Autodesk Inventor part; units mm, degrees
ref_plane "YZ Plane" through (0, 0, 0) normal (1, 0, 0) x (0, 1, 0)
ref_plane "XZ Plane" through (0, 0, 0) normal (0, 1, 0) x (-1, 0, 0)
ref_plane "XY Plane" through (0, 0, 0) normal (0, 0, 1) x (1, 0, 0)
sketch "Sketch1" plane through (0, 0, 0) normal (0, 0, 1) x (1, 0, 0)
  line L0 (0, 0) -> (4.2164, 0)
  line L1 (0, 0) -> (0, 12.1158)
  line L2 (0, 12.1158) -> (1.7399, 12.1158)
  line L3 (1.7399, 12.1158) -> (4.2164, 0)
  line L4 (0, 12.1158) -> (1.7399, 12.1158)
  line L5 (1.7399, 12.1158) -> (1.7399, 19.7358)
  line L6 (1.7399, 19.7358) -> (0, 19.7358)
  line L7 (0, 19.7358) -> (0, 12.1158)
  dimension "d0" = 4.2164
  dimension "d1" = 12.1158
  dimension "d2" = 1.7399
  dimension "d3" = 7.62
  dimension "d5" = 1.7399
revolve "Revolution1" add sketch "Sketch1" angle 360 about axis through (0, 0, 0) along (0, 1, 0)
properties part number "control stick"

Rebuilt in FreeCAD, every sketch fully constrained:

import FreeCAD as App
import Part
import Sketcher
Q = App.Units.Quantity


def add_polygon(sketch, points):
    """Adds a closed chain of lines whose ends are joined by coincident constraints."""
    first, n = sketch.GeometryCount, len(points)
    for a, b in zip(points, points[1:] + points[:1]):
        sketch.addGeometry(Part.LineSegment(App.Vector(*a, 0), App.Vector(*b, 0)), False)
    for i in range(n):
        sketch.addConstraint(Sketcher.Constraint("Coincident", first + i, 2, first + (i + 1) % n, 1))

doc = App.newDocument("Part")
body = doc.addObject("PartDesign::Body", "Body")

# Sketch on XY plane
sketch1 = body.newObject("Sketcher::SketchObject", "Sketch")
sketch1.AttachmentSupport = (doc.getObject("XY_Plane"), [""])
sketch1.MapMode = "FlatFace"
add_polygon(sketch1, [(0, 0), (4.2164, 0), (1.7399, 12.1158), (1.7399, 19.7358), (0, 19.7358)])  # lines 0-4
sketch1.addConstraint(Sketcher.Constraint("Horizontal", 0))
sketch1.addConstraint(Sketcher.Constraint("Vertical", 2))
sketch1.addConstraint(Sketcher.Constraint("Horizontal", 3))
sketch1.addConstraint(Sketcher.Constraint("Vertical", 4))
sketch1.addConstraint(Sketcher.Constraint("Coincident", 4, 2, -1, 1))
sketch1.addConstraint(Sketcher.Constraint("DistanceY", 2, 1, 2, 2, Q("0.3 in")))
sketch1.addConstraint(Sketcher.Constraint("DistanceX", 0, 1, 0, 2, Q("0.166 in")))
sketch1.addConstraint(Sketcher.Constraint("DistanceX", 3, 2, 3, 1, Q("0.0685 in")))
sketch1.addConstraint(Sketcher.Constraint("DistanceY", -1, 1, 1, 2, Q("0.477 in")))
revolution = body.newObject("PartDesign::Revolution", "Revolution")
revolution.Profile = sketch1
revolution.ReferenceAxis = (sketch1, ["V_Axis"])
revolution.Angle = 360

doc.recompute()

**Task instructions**:
Give back all of the records exactly as they were provided above.

**Response to the task**:
Autodesk Inventor part; units mm, degrees
ref_plane "YZ Plane" through (0, 0, 0) normal (1, 0, 0) x (0, 1, 0)
ref_plane "XZ Plane" through (0, 0, 0) normal (0, 1, 0) x (-1, 0, 0)
ref_plane "XY Plane" through (0, 0, 0) normal (0, 0, 1) x (1, 0, 0)
sketch "Sketch1" plane through (0, 0, 0) normal (0, 0, 1) x (1, 0, 0)
  line L0 (0, 0) -> (4.2164, 0)
  line L1 (0, 0) -> (0, 12.1158)
  line L2 (0, 12.1158) -> (1.7399, 12.1158)
  line L3 (1.7399, 12.1158) -> (4.2164, 0)
  line L4 (0, 12.1158) -> (1.7399, 12.1158)
  line L5 (1.7399, 12.1158) -> (1.7399, 19.7358)
  line L6 (1.7399, 19.7358) -> (0, 19.7358)
  line L7 (0, 19.7358) -> (0, 12.1158)
  dimension "d0" = 4.2164
  dimension "d1" = 12.1158
  dimension "d2" = 1.7399
  dimension "d3" = 7.62
  dimension "d5" = 1.7399
revolve "Revolution1" add sketch "Sketch1" angle 360 about axis through (0, 0, 0) along (0, 1, 0)
properties part number "control stick"

Rebuilt in FreeCAD, every sketch fully constrained:

import FreeCAD as App
import Part
import Sketcher
Q = App.Units.Quantity


def add_polygon(sketch, points):
    """Adds a closed chain of lines whose ends are joined by coincident constraints."""
    first, n = sketch.GeometryCount, len(points)
    for a, b in zip(points, points[1:] + points[:1]):
        sketch.addGeometry(Part.LineSegment(App.Vector(*a, 0), App.Vector(*b, 0)), False)
    for i in range(n):
        sketch.addConstraint(Sketcher.Constraint("Coincident", first + i, 2, first + (i + 1) % n, 1))

doc = App.newDocument("Part")
body = doc.addObject("PartDesign::Body", "Body")

# Sketch on XY plane
sketch1 = body.newObject("Sketcher::SketchObject", "Sketch")
sketch1.AttachmentSupport = (doc.getObject("XY_Plane"), [""])
sketch1.MapMode = "FlatFace"
add_polygon(sketch1, [(0, 0), (4.2164, 0), (1.7399, 12.1158), (1.7399, 19.7358), (0, 19.7358)])  # lines 0-4
sketch1.addConstraint(Sketcher.Constraint("Horizontal", 0))
sketch1.addConstraint(Sketcher.Constraint("Vertical", 2))
sketch1.addConstraint(Sketcher.Constraint("Horizontal", 3))
sketch1.addConstraint(Sketcher.Constraint("Vertical", 4))
sketch1.addConstraint(Sketcher.Constraint("Coincident", 4, 2, -1, 1))
sketch1.addConstraint(Sketcher.Constraint("DistanceY", 2, 1, 2, 2, Q("0.3 in")))
sketch1.addConstraint(Sketcher.Constraint("DistanceX", 0, 1, 0, 2, Q("0.166 in")))
sketch1.addConstraint(Sketcher.Constraint("DistanceX", 3, 2, 3, 1, Q("0.0685 in")))
sketch1.addConstraint(Sketcher.Constraint("DistanceY", -1, 1, 1, 2, Q("0.477 in")))
revolution = body.newObject("PartDesign::Revolution", "Revolution")
revolution.Profile = sketch1
revolution.ReferenceAxis = (sketch1, ["V_Axis"])
revolution.Angle = 360

doc.recompute()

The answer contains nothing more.